2. We hold the family court did not err in refusing to find Father violated the order by allowing Child to spend the night at Child's paternal aunt's house. See Stoney, 422 S.C. at 596, 813 S.E.2d at 487 (stating an appellate court reviews decisions of the family court de novo); Widman, 348 S.C. at 119, 557 S.E.2d at 705 ("Contempt results from the willful disobedience of a court order, and before a court may find a person in contempt, the record must clearly and specifically reflect the contemptuous conduct."); id. at 119-20, 557 S.E.2d at 705 ("A willful act is one which is 'done voluntarily and intentionally with the specific intent to do something the law forbids, or with the specific intent to fail to do something the law requires to be done . . . .'" (quoting Spartanburg Cnty. Dep't of Soc. Servs., 296 S.C. at 82-83, 370 S.E.2d at 874)); Taylor, 434 S.C. at 317, 863 S.E.2d at 339 ("One may not be convicted of contempt for violating a court order which fails to tell him in definite terms what he must do.
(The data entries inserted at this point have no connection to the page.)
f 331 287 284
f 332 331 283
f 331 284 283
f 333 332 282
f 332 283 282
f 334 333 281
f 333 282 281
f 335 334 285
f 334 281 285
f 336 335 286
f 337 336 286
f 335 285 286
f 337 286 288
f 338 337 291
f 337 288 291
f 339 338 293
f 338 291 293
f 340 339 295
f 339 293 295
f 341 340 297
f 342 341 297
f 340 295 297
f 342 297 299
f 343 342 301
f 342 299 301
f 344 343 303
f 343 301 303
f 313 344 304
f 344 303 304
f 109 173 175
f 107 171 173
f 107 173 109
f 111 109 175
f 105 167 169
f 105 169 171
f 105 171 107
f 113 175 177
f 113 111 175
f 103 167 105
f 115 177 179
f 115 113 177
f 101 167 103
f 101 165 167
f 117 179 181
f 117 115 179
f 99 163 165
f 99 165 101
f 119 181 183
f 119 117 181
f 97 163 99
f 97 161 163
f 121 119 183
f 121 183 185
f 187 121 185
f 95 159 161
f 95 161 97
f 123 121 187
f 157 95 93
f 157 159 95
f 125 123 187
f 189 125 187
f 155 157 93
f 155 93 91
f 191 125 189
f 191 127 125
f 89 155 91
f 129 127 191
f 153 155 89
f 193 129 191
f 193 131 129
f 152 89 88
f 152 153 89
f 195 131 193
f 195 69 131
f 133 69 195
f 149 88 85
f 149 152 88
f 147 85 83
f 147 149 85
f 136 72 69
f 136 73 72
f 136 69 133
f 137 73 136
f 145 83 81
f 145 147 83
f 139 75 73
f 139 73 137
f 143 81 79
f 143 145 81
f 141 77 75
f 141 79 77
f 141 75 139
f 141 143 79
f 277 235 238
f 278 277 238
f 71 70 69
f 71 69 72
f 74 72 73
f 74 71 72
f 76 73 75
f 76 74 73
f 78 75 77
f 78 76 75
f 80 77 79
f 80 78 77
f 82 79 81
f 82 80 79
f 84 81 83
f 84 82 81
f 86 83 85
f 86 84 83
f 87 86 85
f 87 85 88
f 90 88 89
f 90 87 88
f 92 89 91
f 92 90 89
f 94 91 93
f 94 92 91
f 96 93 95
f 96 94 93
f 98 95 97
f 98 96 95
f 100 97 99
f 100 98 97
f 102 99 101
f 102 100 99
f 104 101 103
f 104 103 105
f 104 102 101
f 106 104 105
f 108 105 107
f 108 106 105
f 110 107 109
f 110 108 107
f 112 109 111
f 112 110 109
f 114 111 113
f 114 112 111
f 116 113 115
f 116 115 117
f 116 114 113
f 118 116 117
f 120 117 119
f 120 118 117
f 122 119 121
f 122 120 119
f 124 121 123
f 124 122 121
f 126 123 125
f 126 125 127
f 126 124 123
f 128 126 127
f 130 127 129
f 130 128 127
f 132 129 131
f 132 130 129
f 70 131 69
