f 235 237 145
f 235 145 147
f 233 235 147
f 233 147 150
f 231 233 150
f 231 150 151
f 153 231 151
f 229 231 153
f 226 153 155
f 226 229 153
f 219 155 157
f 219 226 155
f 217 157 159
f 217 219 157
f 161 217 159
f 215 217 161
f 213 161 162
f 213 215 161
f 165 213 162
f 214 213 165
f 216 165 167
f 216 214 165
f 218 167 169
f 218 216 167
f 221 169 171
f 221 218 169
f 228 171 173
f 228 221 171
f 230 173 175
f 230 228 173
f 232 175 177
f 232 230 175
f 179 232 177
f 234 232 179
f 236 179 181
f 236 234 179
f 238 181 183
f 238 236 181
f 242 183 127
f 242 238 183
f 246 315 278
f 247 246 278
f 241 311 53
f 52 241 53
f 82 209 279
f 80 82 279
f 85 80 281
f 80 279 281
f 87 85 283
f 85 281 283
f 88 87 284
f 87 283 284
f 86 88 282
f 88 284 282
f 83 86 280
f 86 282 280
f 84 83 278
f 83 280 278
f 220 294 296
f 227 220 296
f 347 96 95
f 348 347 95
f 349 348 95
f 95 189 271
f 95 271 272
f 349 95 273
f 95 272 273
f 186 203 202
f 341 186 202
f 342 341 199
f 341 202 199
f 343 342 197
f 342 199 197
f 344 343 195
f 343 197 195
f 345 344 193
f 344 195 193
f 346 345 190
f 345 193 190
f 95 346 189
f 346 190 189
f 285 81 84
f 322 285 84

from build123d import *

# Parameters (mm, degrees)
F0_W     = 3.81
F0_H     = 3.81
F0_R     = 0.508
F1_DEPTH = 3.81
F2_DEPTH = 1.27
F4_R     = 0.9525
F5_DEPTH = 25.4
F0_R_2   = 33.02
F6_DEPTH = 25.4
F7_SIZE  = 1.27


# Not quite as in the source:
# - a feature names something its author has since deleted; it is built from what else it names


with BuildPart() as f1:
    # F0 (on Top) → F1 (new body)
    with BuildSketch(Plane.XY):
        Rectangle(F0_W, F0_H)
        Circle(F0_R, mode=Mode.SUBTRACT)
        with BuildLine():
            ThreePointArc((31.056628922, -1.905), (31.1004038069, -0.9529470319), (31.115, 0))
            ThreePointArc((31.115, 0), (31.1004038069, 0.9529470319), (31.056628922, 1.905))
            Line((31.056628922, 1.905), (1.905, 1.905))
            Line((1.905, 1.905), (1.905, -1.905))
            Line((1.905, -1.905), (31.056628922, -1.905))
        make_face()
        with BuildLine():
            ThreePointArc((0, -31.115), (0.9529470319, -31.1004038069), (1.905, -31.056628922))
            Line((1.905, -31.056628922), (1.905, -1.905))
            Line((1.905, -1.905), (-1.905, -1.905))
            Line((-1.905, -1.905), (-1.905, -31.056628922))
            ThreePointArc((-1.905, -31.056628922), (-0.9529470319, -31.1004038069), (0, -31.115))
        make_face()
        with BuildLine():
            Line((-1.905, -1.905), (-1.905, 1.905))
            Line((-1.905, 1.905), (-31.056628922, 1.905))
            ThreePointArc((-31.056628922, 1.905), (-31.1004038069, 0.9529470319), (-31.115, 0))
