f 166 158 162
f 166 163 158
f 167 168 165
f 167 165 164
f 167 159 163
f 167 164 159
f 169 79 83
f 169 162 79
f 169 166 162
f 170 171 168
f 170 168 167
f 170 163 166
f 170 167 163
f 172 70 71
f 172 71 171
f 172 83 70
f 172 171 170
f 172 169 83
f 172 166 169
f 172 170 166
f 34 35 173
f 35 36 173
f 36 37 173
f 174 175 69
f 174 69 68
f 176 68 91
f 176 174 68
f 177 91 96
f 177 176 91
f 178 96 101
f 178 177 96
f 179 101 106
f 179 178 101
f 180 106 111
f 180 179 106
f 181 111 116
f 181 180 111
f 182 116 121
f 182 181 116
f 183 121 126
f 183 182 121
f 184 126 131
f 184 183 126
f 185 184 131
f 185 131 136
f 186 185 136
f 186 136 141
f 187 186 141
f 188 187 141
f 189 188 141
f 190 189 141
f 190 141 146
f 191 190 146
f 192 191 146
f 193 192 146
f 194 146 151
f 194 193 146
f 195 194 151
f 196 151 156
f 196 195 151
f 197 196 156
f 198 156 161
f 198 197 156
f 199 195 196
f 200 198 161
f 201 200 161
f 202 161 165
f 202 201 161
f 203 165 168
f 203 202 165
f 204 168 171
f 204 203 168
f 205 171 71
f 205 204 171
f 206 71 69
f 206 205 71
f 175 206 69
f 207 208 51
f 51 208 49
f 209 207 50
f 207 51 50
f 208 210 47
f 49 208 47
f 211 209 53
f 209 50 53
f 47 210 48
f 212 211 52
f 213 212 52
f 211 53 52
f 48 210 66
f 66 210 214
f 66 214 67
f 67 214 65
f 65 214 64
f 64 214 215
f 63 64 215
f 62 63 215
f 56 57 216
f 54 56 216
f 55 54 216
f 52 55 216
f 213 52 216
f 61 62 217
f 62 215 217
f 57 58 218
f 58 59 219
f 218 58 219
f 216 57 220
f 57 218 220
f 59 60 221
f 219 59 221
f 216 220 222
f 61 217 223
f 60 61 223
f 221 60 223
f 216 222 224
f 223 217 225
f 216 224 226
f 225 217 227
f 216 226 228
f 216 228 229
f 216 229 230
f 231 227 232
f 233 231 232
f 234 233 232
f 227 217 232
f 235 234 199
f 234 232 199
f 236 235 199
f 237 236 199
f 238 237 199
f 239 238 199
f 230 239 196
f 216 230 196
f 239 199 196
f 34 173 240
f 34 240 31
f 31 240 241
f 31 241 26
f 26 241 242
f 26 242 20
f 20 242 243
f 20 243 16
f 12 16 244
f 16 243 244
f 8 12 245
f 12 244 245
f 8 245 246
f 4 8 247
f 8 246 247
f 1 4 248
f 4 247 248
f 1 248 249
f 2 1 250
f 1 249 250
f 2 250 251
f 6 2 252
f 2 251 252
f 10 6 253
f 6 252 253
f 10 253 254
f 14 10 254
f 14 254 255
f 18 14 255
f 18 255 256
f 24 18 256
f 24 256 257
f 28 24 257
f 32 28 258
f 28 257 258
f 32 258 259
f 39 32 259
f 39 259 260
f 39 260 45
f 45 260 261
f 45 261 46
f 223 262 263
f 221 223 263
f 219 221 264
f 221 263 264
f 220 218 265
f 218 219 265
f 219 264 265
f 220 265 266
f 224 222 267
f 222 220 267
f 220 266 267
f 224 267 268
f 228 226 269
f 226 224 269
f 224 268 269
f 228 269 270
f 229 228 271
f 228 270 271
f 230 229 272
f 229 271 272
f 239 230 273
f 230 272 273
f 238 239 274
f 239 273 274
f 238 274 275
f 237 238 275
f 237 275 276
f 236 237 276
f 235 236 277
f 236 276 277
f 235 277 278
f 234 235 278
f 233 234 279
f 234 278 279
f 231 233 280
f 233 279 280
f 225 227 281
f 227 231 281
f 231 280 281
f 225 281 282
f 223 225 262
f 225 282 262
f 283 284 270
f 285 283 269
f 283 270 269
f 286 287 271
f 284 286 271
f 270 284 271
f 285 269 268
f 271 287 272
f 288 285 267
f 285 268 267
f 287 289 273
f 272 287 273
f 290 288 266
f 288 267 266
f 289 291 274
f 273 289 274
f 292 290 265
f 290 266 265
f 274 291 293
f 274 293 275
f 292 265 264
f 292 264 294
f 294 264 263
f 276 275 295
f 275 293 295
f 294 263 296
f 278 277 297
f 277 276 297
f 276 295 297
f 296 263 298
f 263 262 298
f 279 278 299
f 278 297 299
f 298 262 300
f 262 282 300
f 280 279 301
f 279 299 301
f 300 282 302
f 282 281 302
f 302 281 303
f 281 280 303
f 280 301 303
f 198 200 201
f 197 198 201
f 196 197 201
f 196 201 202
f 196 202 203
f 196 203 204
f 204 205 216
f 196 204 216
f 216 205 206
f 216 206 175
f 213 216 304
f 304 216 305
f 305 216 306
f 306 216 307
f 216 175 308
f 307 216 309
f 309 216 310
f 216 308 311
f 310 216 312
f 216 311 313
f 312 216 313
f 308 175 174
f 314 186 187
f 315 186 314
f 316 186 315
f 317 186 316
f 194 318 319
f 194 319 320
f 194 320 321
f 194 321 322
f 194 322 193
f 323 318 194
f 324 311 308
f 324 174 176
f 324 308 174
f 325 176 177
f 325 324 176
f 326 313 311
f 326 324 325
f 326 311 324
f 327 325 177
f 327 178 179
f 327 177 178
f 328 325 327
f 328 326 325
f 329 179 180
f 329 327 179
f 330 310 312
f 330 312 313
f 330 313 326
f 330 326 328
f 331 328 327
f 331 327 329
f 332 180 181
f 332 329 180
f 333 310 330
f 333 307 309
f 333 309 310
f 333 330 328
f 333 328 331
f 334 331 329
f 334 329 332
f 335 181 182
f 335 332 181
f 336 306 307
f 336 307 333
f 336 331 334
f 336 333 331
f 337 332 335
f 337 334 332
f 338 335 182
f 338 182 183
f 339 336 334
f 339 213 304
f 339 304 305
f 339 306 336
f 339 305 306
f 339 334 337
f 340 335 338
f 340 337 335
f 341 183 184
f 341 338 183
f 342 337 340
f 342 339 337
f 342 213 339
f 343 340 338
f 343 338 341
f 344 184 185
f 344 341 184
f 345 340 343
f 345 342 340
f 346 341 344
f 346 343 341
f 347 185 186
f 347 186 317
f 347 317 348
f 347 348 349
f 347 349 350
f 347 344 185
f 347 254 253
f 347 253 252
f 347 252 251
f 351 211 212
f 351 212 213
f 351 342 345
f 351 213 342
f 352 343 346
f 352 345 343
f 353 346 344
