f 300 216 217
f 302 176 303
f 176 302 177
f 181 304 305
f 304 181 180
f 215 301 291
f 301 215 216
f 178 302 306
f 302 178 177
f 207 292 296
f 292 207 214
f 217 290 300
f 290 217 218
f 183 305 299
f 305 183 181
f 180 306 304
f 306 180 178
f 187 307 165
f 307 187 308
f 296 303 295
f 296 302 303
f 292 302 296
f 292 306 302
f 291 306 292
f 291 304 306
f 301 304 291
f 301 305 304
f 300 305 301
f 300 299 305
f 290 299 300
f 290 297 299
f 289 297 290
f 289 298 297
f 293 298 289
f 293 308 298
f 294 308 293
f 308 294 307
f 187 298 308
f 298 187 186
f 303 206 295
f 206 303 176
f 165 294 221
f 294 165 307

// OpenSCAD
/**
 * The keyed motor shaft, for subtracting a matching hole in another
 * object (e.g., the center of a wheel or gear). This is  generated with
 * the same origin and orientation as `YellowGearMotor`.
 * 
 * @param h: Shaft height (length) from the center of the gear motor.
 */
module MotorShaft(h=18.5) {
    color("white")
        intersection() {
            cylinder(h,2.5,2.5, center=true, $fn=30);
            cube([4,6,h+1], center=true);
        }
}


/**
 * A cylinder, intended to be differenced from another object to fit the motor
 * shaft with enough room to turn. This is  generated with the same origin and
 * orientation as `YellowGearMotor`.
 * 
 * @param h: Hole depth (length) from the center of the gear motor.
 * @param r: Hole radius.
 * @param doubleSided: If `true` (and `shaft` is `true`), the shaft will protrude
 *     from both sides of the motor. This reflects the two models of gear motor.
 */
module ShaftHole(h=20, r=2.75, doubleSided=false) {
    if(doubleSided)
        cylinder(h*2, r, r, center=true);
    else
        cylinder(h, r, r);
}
The language of the commands must be clear and certain rather than implied." (quoting Phillips, 288 S.C. at 188, 341 S.E.2d at 133)); id. at 321, 863 S.E.2d at 342 (finding the family court erred in holding mother in contempt regarding visitation on the child's birthday because the order did not provide how the parents were supposed to conduct visitation when the child's birthday fell on the weekend); id. at 317, 863 S.E.2d at 340 ("A court need go no further in reviewing the evidence in a contempt action when there is uncertainty in the commands of an order." (quoting Phillips, 288 S.C. at 188, 341 S.E.2d at 133)).
3. We hold Mother's argument that the family court applied the wrong standard when awarding attorney's fees is not preserved for review. See Doe v. Doe, 370 S.C. 206, 212, 634 S.E.2d 51, 54 (Ct. App. 2006) ("To preserve an issue for appellate review, the issue cannot be raised for the first time on appeal, but must have been raised to and ruled upon by the [family] court."). Because we hold the family court did not err in refusing to hold Father in contempt, we hold Mother is not entitled to additional attorney's fees.
We decide this case without oral argument pursuant to Rule 215, SCACR.
THOMAS, MCDONALD, and HEWITT, JJ., concur.